Becker kritisch: "Veränderung darf nicht mit Gewalt passieren"

Man solle die jungen Sportler dort so lange lassen, bis sie von selber merken würden, "ich muss vielleicht mehr reisen, bessere Trainingsmöglichkeiten haben, mehr Konkurrenz haben im Training, um mich zu verbessern", so Becker. Diese Veränderung dürfe aber "nicht mit Gewalt passieren".
Wie wichtig diese Wohlfühloase für einen Sportler ist, bestätigte Molleker selbst. Im Interview mit "Tennisnet.com" sagte er über sein aktuelles Umfeld: "Ich bin nun wieder zu Hause in Berlin und habe mein allererstes Team mit Papa und Benjamin Thiele um mich herum. Hier fühle ich mich am wohlsten. Berlin ist meine Heimatstadt. Freunde und Familie sind vor Ort. Gerade für uns Tennisspieler kann das Leben auf der Tour mit all den Reisen schon recht hart sein."
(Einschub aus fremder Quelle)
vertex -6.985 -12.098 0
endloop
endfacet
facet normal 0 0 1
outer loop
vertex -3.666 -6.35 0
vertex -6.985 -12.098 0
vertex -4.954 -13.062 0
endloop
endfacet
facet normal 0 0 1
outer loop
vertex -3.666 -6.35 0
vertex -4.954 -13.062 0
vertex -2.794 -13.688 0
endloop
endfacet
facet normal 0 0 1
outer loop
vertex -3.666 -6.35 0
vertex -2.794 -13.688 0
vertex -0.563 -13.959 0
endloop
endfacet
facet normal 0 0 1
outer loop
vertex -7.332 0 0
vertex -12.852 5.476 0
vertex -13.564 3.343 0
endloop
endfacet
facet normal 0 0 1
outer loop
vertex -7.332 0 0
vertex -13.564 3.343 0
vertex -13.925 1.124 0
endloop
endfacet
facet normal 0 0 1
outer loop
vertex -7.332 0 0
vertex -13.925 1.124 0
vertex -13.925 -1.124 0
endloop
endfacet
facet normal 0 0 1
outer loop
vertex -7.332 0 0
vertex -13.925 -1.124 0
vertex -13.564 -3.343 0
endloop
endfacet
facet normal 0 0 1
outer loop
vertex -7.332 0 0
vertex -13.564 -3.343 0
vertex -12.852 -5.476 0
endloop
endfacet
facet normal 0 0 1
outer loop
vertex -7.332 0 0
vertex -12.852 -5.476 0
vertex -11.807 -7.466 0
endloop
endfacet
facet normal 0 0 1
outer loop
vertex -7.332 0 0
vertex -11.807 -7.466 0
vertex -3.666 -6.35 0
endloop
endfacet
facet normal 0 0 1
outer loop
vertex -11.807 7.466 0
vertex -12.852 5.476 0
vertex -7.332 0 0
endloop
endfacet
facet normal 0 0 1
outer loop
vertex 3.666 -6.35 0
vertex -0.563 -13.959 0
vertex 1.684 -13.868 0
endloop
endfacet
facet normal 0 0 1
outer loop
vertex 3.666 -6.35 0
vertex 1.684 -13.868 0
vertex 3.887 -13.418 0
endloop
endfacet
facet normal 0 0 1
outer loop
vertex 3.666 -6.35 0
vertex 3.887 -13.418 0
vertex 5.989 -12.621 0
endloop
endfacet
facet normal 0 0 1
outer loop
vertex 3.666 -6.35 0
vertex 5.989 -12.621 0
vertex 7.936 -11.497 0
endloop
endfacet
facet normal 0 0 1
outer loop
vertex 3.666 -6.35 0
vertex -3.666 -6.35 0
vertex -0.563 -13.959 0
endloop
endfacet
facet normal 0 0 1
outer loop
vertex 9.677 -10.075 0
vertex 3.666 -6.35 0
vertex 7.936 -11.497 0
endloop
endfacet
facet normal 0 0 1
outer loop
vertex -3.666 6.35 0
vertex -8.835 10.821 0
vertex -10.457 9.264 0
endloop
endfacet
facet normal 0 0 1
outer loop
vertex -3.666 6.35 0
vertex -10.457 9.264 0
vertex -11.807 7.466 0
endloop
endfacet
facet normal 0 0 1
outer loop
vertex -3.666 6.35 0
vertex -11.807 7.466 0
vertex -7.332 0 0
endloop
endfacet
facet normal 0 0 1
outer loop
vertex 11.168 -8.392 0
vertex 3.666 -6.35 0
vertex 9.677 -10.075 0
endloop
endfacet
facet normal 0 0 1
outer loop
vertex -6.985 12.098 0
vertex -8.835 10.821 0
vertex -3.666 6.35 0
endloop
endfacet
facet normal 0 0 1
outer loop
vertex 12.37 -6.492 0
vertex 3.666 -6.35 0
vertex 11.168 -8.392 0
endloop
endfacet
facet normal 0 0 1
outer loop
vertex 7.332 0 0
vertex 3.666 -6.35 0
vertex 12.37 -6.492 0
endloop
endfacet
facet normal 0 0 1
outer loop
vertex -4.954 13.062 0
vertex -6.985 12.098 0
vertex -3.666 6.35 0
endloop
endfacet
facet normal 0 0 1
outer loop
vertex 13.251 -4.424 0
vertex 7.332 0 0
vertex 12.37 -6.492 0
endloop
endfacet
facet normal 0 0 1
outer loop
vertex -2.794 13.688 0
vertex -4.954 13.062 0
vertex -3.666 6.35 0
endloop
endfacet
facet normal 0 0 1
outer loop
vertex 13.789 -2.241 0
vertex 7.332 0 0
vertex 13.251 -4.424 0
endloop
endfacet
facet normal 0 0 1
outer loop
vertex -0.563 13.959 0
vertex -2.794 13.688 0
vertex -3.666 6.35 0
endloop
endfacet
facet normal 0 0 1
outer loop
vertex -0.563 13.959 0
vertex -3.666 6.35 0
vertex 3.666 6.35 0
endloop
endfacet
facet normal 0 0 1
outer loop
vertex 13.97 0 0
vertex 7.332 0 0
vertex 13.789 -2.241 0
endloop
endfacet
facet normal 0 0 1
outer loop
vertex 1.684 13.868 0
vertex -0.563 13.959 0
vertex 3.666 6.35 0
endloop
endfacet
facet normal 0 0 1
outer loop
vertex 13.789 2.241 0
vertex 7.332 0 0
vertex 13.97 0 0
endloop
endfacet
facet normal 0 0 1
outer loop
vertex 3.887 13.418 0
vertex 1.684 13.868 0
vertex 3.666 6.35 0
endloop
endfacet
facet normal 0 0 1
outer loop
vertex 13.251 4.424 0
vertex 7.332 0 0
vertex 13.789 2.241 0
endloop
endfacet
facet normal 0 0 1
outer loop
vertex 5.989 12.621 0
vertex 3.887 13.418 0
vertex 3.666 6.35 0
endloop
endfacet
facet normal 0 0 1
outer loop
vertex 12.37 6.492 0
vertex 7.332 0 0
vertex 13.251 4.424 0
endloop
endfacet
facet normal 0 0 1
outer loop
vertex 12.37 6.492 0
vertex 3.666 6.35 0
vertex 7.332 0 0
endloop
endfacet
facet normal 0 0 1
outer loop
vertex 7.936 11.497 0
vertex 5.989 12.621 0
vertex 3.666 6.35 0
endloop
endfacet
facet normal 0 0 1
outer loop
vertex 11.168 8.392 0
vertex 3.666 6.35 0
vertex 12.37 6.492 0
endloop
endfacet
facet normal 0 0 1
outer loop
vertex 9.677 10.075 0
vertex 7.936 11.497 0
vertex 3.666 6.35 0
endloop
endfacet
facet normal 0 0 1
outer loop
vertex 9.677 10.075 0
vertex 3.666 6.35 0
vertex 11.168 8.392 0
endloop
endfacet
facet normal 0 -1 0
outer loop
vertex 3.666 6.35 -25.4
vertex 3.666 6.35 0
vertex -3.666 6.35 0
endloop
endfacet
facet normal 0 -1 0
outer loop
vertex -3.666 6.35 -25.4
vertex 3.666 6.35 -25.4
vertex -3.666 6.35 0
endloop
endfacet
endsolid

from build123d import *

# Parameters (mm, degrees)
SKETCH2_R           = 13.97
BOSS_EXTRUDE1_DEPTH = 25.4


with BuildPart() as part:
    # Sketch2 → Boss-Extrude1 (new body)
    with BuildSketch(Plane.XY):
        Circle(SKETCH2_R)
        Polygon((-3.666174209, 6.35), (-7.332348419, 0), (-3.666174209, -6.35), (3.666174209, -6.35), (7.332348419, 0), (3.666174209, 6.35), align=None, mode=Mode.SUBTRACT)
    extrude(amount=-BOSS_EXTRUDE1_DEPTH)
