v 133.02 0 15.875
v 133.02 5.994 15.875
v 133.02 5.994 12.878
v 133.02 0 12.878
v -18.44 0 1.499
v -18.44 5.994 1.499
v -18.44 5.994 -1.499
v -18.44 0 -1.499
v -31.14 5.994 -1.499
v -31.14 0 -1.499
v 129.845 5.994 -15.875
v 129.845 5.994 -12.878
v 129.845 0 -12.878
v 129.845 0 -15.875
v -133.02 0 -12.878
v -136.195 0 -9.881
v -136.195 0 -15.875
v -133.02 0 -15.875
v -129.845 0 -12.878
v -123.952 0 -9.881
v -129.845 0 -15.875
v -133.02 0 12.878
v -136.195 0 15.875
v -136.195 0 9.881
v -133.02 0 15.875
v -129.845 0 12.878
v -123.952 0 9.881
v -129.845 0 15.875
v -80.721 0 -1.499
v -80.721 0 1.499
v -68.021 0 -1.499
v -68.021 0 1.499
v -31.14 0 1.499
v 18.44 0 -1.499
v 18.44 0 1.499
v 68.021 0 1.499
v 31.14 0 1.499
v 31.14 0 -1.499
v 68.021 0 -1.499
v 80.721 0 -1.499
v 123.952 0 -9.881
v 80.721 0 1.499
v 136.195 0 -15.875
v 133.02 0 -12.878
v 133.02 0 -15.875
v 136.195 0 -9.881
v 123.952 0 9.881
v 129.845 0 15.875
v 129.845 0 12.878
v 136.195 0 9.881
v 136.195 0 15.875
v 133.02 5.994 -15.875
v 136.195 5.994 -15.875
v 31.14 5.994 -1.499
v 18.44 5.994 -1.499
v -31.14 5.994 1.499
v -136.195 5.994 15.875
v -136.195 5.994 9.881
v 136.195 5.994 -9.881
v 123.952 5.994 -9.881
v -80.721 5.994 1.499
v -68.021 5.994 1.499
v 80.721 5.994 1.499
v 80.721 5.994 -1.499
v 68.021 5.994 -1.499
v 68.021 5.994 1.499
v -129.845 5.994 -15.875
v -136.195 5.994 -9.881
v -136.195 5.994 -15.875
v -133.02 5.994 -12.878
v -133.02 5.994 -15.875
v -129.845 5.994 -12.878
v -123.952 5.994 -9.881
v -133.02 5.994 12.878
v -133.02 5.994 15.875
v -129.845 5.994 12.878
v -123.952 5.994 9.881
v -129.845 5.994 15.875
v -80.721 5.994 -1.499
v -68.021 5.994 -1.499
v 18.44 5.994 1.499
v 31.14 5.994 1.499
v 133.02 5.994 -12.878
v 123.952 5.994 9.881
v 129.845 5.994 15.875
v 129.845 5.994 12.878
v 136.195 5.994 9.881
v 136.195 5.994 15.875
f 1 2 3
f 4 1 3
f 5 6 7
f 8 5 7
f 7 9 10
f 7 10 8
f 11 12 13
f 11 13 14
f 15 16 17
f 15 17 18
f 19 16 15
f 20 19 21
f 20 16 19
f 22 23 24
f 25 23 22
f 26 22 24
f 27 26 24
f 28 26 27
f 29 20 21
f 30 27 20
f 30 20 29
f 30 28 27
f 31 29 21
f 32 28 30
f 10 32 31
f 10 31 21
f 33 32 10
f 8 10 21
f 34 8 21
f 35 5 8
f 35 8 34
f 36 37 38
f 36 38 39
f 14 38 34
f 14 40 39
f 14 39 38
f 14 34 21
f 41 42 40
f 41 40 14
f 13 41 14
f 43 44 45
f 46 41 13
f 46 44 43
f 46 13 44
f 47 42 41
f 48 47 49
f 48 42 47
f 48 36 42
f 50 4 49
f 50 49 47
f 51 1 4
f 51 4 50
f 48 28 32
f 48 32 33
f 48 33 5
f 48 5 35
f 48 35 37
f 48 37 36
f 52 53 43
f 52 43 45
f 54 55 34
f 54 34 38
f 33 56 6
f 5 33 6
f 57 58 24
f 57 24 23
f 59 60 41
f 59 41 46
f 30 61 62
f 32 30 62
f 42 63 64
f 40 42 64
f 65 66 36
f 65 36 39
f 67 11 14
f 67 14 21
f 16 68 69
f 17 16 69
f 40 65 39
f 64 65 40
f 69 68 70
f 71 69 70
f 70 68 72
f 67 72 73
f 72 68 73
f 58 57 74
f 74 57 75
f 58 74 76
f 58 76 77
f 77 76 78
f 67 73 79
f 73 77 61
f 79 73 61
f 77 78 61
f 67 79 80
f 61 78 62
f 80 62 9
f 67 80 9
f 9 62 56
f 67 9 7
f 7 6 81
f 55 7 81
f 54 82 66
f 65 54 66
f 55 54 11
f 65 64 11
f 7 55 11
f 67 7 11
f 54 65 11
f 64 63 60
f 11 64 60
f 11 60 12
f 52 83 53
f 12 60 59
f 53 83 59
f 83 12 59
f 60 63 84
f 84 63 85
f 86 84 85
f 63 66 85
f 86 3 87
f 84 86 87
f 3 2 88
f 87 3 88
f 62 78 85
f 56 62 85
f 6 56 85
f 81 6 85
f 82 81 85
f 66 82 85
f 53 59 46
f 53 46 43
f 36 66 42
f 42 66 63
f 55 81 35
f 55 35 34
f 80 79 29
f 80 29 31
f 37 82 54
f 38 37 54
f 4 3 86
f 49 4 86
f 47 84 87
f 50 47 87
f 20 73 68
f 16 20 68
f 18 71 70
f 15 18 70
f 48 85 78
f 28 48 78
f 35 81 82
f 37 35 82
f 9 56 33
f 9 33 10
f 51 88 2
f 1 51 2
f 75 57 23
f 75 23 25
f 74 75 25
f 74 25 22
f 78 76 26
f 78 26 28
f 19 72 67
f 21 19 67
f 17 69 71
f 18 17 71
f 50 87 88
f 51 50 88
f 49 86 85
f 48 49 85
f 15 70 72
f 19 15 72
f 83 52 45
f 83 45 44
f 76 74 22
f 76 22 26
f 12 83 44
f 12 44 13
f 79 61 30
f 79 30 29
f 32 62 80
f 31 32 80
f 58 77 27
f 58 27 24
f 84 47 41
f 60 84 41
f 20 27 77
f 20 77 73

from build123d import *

# Parameters (mm, degrees)
SKETCH1_W                                = 247.904
SKETCH1_H                                = 31.75
BOSS_EXTRUDE1_DEPTH                      = 5.9944
BOSS_EXTRUDE3_DEPTH                      = 5.9944
MIRROR2_AT_THE_SECOND_PLANE_COPY_1_DEPTH = 5.9944
SKETCH3_W                                = 12.7
SKETCH3_H                                = 2.9972
CUT_EXTRUDE1_DEPTH                       = 138.247848812


with BuildPart() as part:
    # Sketch1 → Boss-Extrude1 (new body)
    with BuildSketch(Plane(origin=(0, 0, 0), x_dir=(1, 0, 0), z_dir=(0, 1, 0))):
        Rectangle(SKETCH1_W, SKETCH1_H)
    extrude(amount=BOSS_EXTRUDE1_DEPTH)

    # Sketch4 → Boss-Extrude3 (add)
    with BuildSketch(Plane(origin=(0, 5.9944, 0), x_dir=(1, 0, 0), z_dir=(0, 1, 0))):
        Polygon((-123.952, 9.8806), (-136.1948, 9.8806), (-136.1948, 15.875), (-133.0198, 15.875), (-133.0198, 12.8778), (-129.8448, 12.8778), (-129.8448, 15.875), (-123.952, 15.875), align=None)
    boss_extrude3 = extrude(amount=-BOSS_EXTRUDE3_DEPTH)

    # Mirror2: Boss-Extrude3 across plane
    add(boss_extrude3.mirror(Plane.XY))

    # Mirror2 at the second plane: Boss-Extrude3 across plane
    add(boss_extrude3.mirror(Plane(origin=(0, 0, 0), x_dir=(0, 0, 1), z_dir=(1, 0, 0))))

    # Mirror2 at the second plane copy 1 sketc → Mirror2 at the second plane copy 1 (add)
    with BuildSketch(Plane(origin=(0, 5.9944, 0), x_dir=(-1, 0, 0), z_dir=(0, 1, 0))):
        Polygon((-123.952, 9.8806), (-136.1948, 9.8806), (-136.1948, 15.875), (-133.0198, 15.875), (-133.0198, 12.8778), (-129.8448, 12.8778), (-129.8448, 15.875), (-123.952, 15.875), align=None)
    extrude(amount=-MIRROR2_AT_THE_SECOND_PLANE_COPY_1_DEPTH)

    # Sketch3 → Cut-Extrude1 (cut, through all)
    with BuildSketch(Plane(origin=(0, 5.9944, 0), x_dir=(1, 0, 0), z_dir=(0, 1, 0))):
        with Locations((-74.3712, 0)):
            Rectangle(SKETCH3_W, SKETCH3_H)
        with Locations((-24.7904, 0)):
            Rectangle(SKETCH3_W, SKETCH3_H)
        with Locations((24.7904, 0)):
            Rectangle(SKETCH3_W, SKETCH3_H)
        with Locations((74.3712, 0)):
            Rectangle(SKETCH3_W, SKETCH3_H)
    extrude(amount=-CUT_EXTRUDE1_DEPTH, mode=Mode.SUBTRACT)


solid = part.part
Molleker sieht sich wieder auf dem richtigen Weg

In dem Gespräch ging es auch um seine schwierige Zeit seit Ende 2019. "Nach dem guten Jahr 2019 hatte ich mit einigen Verletzungen zu kämpfen. Dazu kamen mentale Probleme und ich habe ein wenig die Richtung verloren. Ich wusste nicht wirklich, was ich machen sollte und was ich machen möchte. Ehrlich gesagt habe ich auch den Spaß am Tennis verloren", erklärte Molleker.
Nun gehe es wieder "in die richtige Richtung". Diesmal jedoch komplett abseits des Rampenlichts.
Während Alexander Zverev momentan als Weltranglistendritte beim Masters in Monte Carlo im Halbfinale steht, spielte Molleker in dieser Woche bei einem Challenger-Turnier in Madrid. Dort musste er jedoch schon in der zweiten Qualifikationsrunde nach einer Niederlage gegen den Weltranglisten-294. Johan Nikles aus der Schweiz die Segel streichen.